The city of Craig, in Colorado’s northwest corner, has had trouble filling vacant positions on its 24-officer police force. Four officers left after the legislature passed HB-217, the police reform bill, in 2020.
The city of 9,000 residents 42 miles west of Steamboat Springs recently applied for grant money to pay for cadets to go through the police academy. It also gave a signing bonus of $5,000 to lure two recruits to the city.
“Trying to find certified officers after HB-217 was really difficult,” said Peter Brixius, Craig’s city manager.
He said the city has to take a close look at what it is paying its 91 workers to keep them around. In particular demand are skilled workers for Craig’s water treatment plant.
“We will be conducting another salary survey this year and we’re going to have to see what we can do to make the salaries equitable to the increased costs,” Brixius said. “The cost of energy is really what’s impacting our employees now.”
Arvada has had to raise the wages of city workers by 6% over the last two years, Williams said.
“There’s a lot of poaching going on between municipalities trying to get replacement workers,” he said.
Fraser, a mountain town of 1,400 next door to the Winter Park ski resort, was more aggressive than Arvada in 2022, approving 9% raises for its 29 municipal employees. The pay bump came during a year when the town lost its public works director, planning director, and water/wastewater superintendent.
“We’ve faced struggles with hiring for some time,” said Town Manager Ed Cannon, who moved to the tourist-trafficked town two years ago. “When we asked (prospective employees) why they wouldn’t come, they said they just can’t afford to live here.”
Everyone “needs more housing”
Fraser’s median home price has leaped to more than $1 million, Cannon said. On the rental side, the Mountain Migration Report, released in 2021, found that rents had increased 20% to 40% in Colorado mountain communities over the course of a single year.
In November, voters passed a property tax increase to fund a regional housing authority, dubbed the Fraser River Valley Housing Partnership. The authority is comprised of Fraser, Winter Park, Granby and Grand County with the purpose of bringing workforce housing to the valley. A housing needs assessment the organization recently conducted found that there is a 700-unit gap in affordable rental and homeownership in the area.
Meanwhile, Fraser is forging ahead with its own affordable housing project on an 11.3-acre parcel it purchased right in town last spring, with the help of a state grant, for $3.8 million. It will include 105 to 130 deed-restricted units, Cannon said.
In southeast Colorado, 240 miles away, municipalities are facing the same problem with workforce housing.
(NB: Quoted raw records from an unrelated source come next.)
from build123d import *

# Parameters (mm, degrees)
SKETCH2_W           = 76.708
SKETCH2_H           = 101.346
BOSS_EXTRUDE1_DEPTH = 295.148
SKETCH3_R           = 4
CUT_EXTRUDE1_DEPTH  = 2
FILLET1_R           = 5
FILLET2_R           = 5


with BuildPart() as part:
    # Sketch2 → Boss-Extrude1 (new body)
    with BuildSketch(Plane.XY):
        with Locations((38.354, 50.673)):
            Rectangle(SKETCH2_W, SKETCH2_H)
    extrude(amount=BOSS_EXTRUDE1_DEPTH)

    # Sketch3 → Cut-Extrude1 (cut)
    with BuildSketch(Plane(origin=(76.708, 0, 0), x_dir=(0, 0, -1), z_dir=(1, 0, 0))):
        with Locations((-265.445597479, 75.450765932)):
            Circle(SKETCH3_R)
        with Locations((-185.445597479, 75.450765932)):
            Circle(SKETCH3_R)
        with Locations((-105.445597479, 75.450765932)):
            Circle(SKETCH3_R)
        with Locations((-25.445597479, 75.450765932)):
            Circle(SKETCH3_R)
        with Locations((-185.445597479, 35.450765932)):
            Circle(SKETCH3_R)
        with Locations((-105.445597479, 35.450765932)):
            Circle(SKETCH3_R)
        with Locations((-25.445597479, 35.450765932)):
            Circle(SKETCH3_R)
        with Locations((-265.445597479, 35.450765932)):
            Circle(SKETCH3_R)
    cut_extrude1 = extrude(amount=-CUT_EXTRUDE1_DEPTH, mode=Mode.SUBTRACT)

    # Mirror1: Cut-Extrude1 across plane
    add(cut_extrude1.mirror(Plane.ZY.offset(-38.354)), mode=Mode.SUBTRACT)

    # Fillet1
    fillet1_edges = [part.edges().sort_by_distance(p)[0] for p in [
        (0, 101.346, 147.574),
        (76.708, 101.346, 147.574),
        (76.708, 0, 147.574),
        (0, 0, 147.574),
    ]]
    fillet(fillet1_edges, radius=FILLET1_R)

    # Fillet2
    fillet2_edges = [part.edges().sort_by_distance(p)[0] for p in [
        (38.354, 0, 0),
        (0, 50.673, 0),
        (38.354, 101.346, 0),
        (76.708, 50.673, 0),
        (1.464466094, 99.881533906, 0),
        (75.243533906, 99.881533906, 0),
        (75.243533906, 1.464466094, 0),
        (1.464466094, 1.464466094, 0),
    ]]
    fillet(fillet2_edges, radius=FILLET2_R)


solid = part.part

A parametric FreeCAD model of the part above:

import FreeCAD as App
import Part
import Sketcher
from FreeCAD import Vector
Q = App.Units.Quantity


def edges_at(feature, points):
    """Names of the edges that pass closest to the given points."""
    edges = feature.Shape.Edges
    near = lambda p: min(range(len(edges)), key=lambda i: edges[i].distToShape(Part.Vertex(*p))[0])
    return sorted({f"Edge{near(p) + 1}" for p in points})

doc = App.newDocument("Part")
params = doc.addObject("Spreadsheet::Sheet", "Params")
for row, (alias, value) in enumerate([
    ("pad1_length", "295.148 mm"),
    ("sketch2_diameter", "8 mm"),
    ("pocket1_length", "2 mm"),
    ("fillet_radius", "5 mm"),
    ("fillet2_radius", "5 mm"),
], start=1):
    params.set(f"A{row}", alias)
    params.set(f"B{row}", "=" + value)
    params.setAlias(f"B{row}", alias)

body = doc.addObject("PartDesign::Body", "Body")

sketch1 = body.newObject("Sketcher::SketchObject", "Sketch")
sketch1.AttachmentSupport = (doc.getObject("XY_Plane"), [""])
sketch1.MapMode = "FlatFace"
sketch1.addGeometry(Part.LineSegment(Vector(0, 101, 0), Vector(0, 0, 0)), False)
sketch1.addGeometry(Part.LineSegment(Vector(0, 0, 0), Vector(77, 0, 0)), False)
sketch1.addGeometry(Part.LineSegment(Vector(77, 0, 0), Vector(77, 101, 0)), False)
sketch1.addGeometry(Part.LineSegment(Vector(77, 101, 0), Vector(0, 101, 0)), False)
sketch1.addConstraint(Sketcher.Constraint("Coincident", 0, 2, 1, 1))
sketch1.addConstraint(Sketcher.Constraint("Coincident", 1, 2, 2, 1))
sketch1.addConstraint(Sketcher.Constraint("Coincident", 2, 2, 3, 1))
sketch1.addConstraint(Sketcher.Constraint("Coincident", 3, 2, 0, 1))
sketch1.addConstraint(Sketcher.Constraint("Vertical", 0))
sketch1.addConstraint(Sketcher.Constraint("Horizontal", 1))
sketch1.addConstraint(Sketcher.Constraint("Vertical", 2))
sketch1.addConstraint(Sketcher.Constraint("Horizontal", 3))
sketch1.addConstraint(Sketcher.Constraint("Coincident", 0, 2, -1, 1))
sketch1.addConstraint(Sketcher.Constraint("DistanceX", 1, 1, 1, 2, Q("76.708 mm")))
sketch1.addConstraint(Sketcher.Constraint("DistanceY", 0, 2, 0, 1, Q("101.346 mm")))
pad1 = body.newObject("PartDesign::Pad", "Pad")
pad1.Profile = sketch1
pad1.setExpression("Length", "Params.pad1_length")

sketch2 = body.newObject("Sketcher::SketchObject", "Sketch001")
sketch2.AttachmentSupport = (doc.getObject("YZ_Plane"), [""])
sketch2.MapMode = "FlatFace"
sketch2.AttachmentOffset = App.Placement(Vector(0, 0, 76.708), App.Rotation())
sketch2.addGeometry(Part.Circle(Vector(75.5, 265.4, 0), Vector(0, 0, 1), 4), False)
sketch2.addGeometry(Part.Circle(Vector(75.5, 185.4, 0), Vector(0, 0, 1), 4), False)
sketch2.addGeometry(Part.Circle(Vector(75.5, 105.4, 0), Vector(0, 0, 1), 4), False)
sketch2.addGeometry(Part.Circle(Vector(75.5, 25.4, 0), Vector(0, 0, 1), 4), False)
sketch2.addGeometry(Part.Circle(Vector(35.5, 185.4, 0), Vector(0, 0, 1), 4), False)
sketch2.addGeometry(Part.Circle(Vector(35.5, 105.4, 0), Vector(0, 0, 1), 4), False)
sketch2.addGeometry(Part.Circle(Vector(35.5, 25.4, 0), Vector(0, 0, 1), 4), False)
sketch2.addGeometry(Part.Circle(Vector(35.5, 265.4, 0), Vector(0, 0, 1), 4), False)
sketch2.addConstraint(Sketcher.Constraint("Equal", 0, 1))
sketch2.addConstraint(Sketcher.Constraint("Equal", 1, 2))
sketch2.addConstraint(Sketcher.Constraint("Equal", 2, 3))
sketch2.addConstraint(Sketcher.Constraint("Equal", 3, 4))
sketch2.addConstraint(Sketcher.Constraint("Equal", 4, 5))
sketch2.addConstraint(Sketcher.Constraint("Equal", 5, 6))
sketch2.addConstraint(Sketcher.Constraint("Equal", 6, 7))
sketch2.addConstraint(Sketcher.Constraint("Horizontal", 1, 3, 4, 3))
sketch2.addConstraint(Sketcher.Constraint("Horizontal", 2, 3, 5, 3))
sketch2.addConstraint(Sketcher.Constraint("Horizontal", 3, 3, 6, 3))
sketch2.addConstraint(Sketcher.Constraint("Horizontal", 0, 3, 7, 3))
sketch2.addConstraint(Sketcher.Constraint("Vertical", 0, 3, 1, 3))
sketch2.addConstraint(Sketcher.Constraint("Vertical", 1, 3, 2, 3))
sketch2.addConstraint(Sketcher.Constraint("Vertical", 2, 3, 3, 3))
sketch2.addConstraint(Sketcher.Constraint("Vertical", 4, 3, 5, 3))
sketch2.addConstraint(Sketcher.Constraint("Vertical", 5, 3, 6, 3))
sketch2.addConstraint(Sketcher.Constraint("Vertical", 6, 3, 7, 3))
sketch2.addConstraint(Sketcher.Constraint("Diameter", 0, Q("8 mm")))
sketch2.addConstraint(Sketcher.Constraint("DistanceY", 1, 3, 0, 3, Q("80 mm")))
sketch2.addConstraint(Sketcher.Constraint("DistanceY", 2, 3, 1, 3, Q("80 mm")))
sketch2.addConstraint(Sketcher.Constraint("DistanceY", 3, 3, 2, 3, Q("80 mm")))
sketch2.addConstraint(Sketcher.Constraint("DistanceX", 4, 3, 1, 3, Q("40 mm")))
sketch2.addConstraint(Sketcher.Constraint("DistanceX", -1, 1, 0, 3, Q("75.450766 mm")))
sketch2.addConstraint(Sketcher.Constraint("DistanceY", -1, 1, 0, 3, Q("265.445597 mm")))
sketch2.setExpression("Constraints[17]", "Params.sketch2_diameter")
pocket1 = body.newObject("PartDesign::Pocket", "Pocket")
pocket1.Profile = sketch2
pocket1.setExpression("Length", "Params.pocket1_length")
doc.recompute()

datumplane = body.newObject("PartDesign::Plane", "DatumPlane")
datumplane.AttachmentSupport = (doc.getObject("YZ_Plane"), [""])
datumplane.MapMode = "FlatFace"
datumplane.AttachmentOffset = App.Placement(Vector(0, 0, 38.354), App.Rotation())
mirrored = body.newObject("PartDesign::Mirrored", "Mirrored")
mirrored.Originals = [pocket1]
mirrored.MirrorPlane = (datumplane, [""])
body.Tip = mirrored
doc.recompute()

fillet = body.newObject("PartDesign::Fillet", "Fillet")
fillet.Base = (mirrored, edges_at(mirrored, [
    (0, 101.346, 147.574),
    (76.708, 101.346, 147.574),
    (76.708, 0, 147.574),
    (0, 0, 147.574),
]))
fillet.setExpression("Radius", "Params.fillet_radius")
doc.recompute()

fillet2 = body.newObject("PartDesign::Fillet", "Fillet001")
fillet2.Base = (fillet, edges_at(fillet, [
    (38.354, 0, 0),
    (0, 50.673, 0),
    (38.354, 101.346, 0),
    (76.708, 50.673, 0),
    (1.464, 99.882, 0),
    (75.244, 99.882, 0),
    (75.244, 1.464, 0),
    (1.464, 1.464, 0),
]))
fillet2.setExpression("Radius", "Params.fillet2_radius")

doc.recompute()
While home prices are much less expensive in Baca, Bent, Crowley, Kiowa, Otero and Prowers counties when compared to mountain resort real estate, La Junta’s city manager said there is still a shortage of housing for the people who work the prisons and schools.
“Every town out here needs more housing,” Klein said.
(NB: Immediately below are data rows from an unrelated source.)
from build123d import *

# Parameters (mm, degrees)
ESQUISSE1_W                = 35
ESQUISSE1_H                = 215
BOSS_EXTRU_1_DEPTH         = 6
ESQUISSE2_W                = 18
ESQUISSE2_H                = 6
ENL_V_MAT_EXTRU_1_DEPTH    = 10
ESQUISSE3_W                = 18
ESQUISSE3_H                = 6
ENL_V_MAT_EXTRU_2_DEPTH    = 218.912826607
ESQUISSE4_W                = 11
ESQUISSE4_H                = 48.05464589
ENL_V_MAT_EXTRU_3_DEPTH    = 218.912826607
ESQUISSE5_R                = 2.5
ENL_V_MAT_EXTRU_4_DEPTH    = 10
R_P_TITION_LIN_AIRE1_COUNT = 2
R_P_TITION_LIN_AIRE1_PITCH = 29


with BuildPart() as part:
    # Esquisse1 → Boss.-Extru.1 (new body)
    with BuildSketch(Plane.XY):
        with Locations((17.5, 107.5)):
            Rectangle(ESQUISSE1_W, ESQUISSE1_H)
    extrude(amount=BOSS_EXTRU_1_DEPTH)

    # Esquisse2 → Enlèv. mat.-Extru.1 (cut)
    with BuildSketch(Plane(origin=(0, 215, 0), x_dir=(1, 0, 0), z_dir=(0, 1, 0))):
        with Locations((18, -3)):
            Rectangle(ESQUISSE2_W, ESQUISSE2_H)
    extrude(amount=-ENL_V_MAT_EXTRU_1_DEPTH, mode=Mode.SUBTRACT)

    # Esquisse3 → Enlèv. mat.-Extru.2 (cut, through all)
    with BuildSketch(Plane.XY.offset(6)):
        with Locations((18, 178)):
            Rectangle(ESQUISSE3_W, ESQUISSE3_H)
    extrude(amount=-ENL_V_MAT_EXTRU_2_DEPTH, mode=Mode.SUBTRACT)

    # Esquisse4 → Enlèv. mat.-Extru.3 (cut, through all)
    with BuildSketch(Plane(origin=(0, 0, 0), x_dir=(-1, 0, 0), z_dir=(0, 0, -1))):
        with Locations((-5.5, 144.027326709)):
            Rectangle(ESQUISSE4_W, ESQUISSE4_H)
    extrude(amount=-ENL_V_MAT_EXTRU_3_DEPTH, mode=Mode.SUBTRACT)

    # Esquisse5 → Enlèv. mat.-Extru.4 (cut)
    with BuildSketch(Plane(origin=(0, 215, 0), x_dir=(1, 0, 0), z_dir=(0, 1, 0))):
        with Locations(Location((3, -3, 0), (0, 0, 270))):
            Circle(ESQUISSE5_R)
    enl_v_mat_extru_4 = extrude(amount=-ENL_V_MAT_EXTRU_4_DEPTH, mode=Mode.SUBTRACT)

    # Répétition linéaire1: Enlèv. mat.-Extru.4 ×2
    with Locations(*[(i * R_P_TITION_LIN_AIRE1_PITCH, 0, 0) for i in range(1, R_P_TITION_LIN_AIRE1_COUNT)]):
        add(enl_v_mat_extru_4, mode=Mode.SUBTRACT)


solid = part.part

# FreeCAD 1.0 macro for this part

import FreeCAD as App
import Part
import Sketcher
Q = App.Units.Quantity


def add_polygon(sketch, points):
    """Adds a closed chain of lines whose ends are joined by coincident constraints."""
    first, n = sketch.GeometryCount, len(points)
    for a, b in zip(points, points[1:] + points[:1]):
        sketch.addGeometry(Part.LineSegment(App.Vector(*a, 0), App.Vector(*b, 0)), False)
    for i in range(n):
        sketch.addConstraint(Sketcher.Constraint("Coincident", first + i, 2, first + (i + 1) % n, 1))

doc = App.newDocument("Part")
body = doc.addObject("PartDesign::Body", "Body")

sketch1 = body.newObject("Sketcher::SketchObject", "Sketch")
sketch1.AttachmentSupport = (doc.getObject("XY_Plane"), [""])
sketch1.MapMode = "FlatFace"
add_polygon(sketch1, [(0, 215), (0, 0), (35, 0), (35, 215)])
sketch1.addConstraint([
    Sketcher.Constraint("Vertical", 0),
    Sketcher.Constraint("Horizontal", 1),
    Sketcher.Constraint("Vertical", 2),
    Sketcher.Constraint("Horizontal", 3),
    Sketcher.Constraint("Coincident", 0, 2, -1, 1),
    Sketcher.Constraint("DistanceX", 1, 1, 1, 2, Q("35 mm")),
    Sketcher.Constraint("DistanceY", 0, 2, 0, 1, Q("215 mm")),
])
pad1 = body.newObject("PartDesign::Pad", "Pad")
pad1.Profile = sketch1
pad1.Length = 6

sketch2 = body.newObject("Sketcher::SketchObject", "Sketch001")
sketch2.AttachmentSupport = (doc.getObject("XZ_Plane"), [""])
sketch2.MapMode = "FlatFace"
sketch2.AttachmentOffset = App.Placement(App.Vector(0, 0, -215), App.Rotation())
add_polygon(sketch2, [(9, 0), (9, 6), (27, 6), (27, 0)])
sketch2.addConstraint([
    Sketcher.Constraint("Vertical", 0),
    Sketcher.Constraint("Horizontal", 1),
    Sketcher.Constraint("Vertical", 2),
    Sketcher.Constraint("Horizontal", 3),
    Sketcher.Constraint("PointOnObject", 2, 2, -1),
    Sketcher.Constraint("DistanceX", 1, 1, 1, 2, Q("18 mm")),
    Sketcher.Constraint("DistanceY", 0, 1, 0, 2, Q("6 mm")),
    Sketcher.Constraint("DistanceX", -1, 1, 0, 2, Q("9 mm")),
])
pocket1 = body.newObject("PartDesign::Pocket", "Pocket")
pocket1.Profile = sketch2
pocket1.Length = 10
pocket1.Reversed = True

sketch3 = body.newObject("Sketcher::SketchObject", "Sketch002")
sketch3.AttachmentSupport = (doc.getObject("XY_Plane"), [""])
sketch3.MapMode = "FlatFace"
sketch3.AttachmentOffset = App.Placement(App.Vector(0, 0, 6), App.Rotation())
add_polygon(sketch3, [(9, 181), (9, 175), (27, 175), (27, 181)])
sketch3.addConstraint([
    Sketcher.Constraint("Vertical", 0),
    Sketcher.Constraint("Horizontal", 1),
    Sketcher.Constraint("Vertical", 2),
    Sketcher.Constraint("Horizontal", 3),
    Sketcher.Constraint("DistanceX", 1, 1, 1, 2, Q("18 mm")),
    Sketcher.Constraint("DistanceY", 0, 2, 0, 1, Q("6 mm")),
    Sketcher.Constraint("DistanceX", -1, 1, 0, 2, Q("9 mm")),
    Sketcher.Constraint("DistanceY", -1, 1, 0, 2, Q("175 mm")),
])
pocket2 = body.newObject("PartDesign::Pocket", "Pocket001")
pocket2.Profile = sketch3
pocket2.Type = "ThroughAll"

sketch4 = body.newObject("Sketcher::SketchObject", "Sketch003")
sketch4.AttachmentSupport = (doc.getObject("XY_Plane"), [""])
sketch4.MapMode = "FlatFace"
add_polygon(sketch4, [(11, 168), (11, 120), (0, 120), (0, 168)])
sketch4.addConstraint([
    Sketcher.Constraint("Vertical", 0),
    Sketcher.Constraint("Horizontal", 1),
    Sketcher.Constraint("Vertical", 2),
    Sketcher.Constraint("Horizontal", 3),
    Sketcher.Constraint("PointOnObject", 1, 2, -2),
    Sketcher.Constraint("DistanceX", 1, 2, 1, 1, Q("11 mm")),
    Sketcher.Constraint("DistanceY", 0, 2, 0, 1, Q("48.054646 mm")),
    Sketcher.Constraint("DistanceY", -1, 1, 2, 2, Q("168.05465 mm")),
])
pocket3 = body.newObject("PartDesign::Pocket", "Pocket002")
pocket3.Profile = sketch4
pocket3.Type = "ThroughAll"
pocket3.Reversed = True

sketch5 = body.newObject("Sketcher::SketchObject", "Sketch004")
sketch5.AttachmentSupport = (doc.getObject("XZ_Plane"), [""])
sketch5.MapMode = "FlatFace"
sketch5.AttachmentOffset = App.Placement(App.Vector(0, 0, -215), App.Rotation())
sketch5.addGeometry(Part.Circle(App.Vector(3, 3, 0), App.Vector(0, 0, 1), 2.5), False)
sketch5.addConstraint([
    Sketcher.Constraint("Diameter", 0, Q("5 mm")),
    Sketcher.Constraint("DistanceX", -1, 1, 0, 3, Q("3 mm")),
    Sketcher.Constraint("DistanceY", -1, 1, 0, 3, Q("3 mm")),
])
pocket4 = body.newObject("PartDesign::Pocket", "Pocket003")
pocket4.Profile = sketch5
pocket4.Length = 10
pocket4.Reversed = True
doc.recompute()

linearpattern = body.newObject("PartDesign::LinearPattern", "LinearPattern")
linearpattern.Originals = [pocket4]
linearpattern.Direction = (doc.getObject("X_Axis"), [""])
linearpattern.Mode = "offset"
linearpattern.Offset = 29
linearpattern.Occurrences = 2
body.Tip = linearpattern

doc.recompute()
Last year, the six plains counties banded together to get behind the Southeastern Colorado Workforce Housing project, which will deliver more than 100 affordable units in 10 locations across the half-dozen counties.
Stephanie Gonzales, executive director of Southeast Colorado Enterprise Development, said the counties are kicking in $630,000 in ARPA funds to pay for infrastructure. Developers are then tasked with bringing rental and for-sale units to Olney Springs, Granada, Springfield and Las Animas as part of the first phase of the buildout.
Back on the Front Range, Arvada is also wrestling with the challenge of providing workforce housing for those who can’t afford the stratospheric price of a home in metro Denver. The city says there are 686 units of affordable housing in various phases of development currently.
“Our frontline people — police officers, firefighters, teachers — it’s difficult for them to live in their community,” Williams, the mayor, said.
Bommer, with the Colorado Municipal League, said while there’s nothing Colorado cities and towns can do about inflation, they can — and are — dealing with its symptoms.
“Municipalities are not sitting around waiting for someone to tell them what to do,” he said. “The sky is not falling.”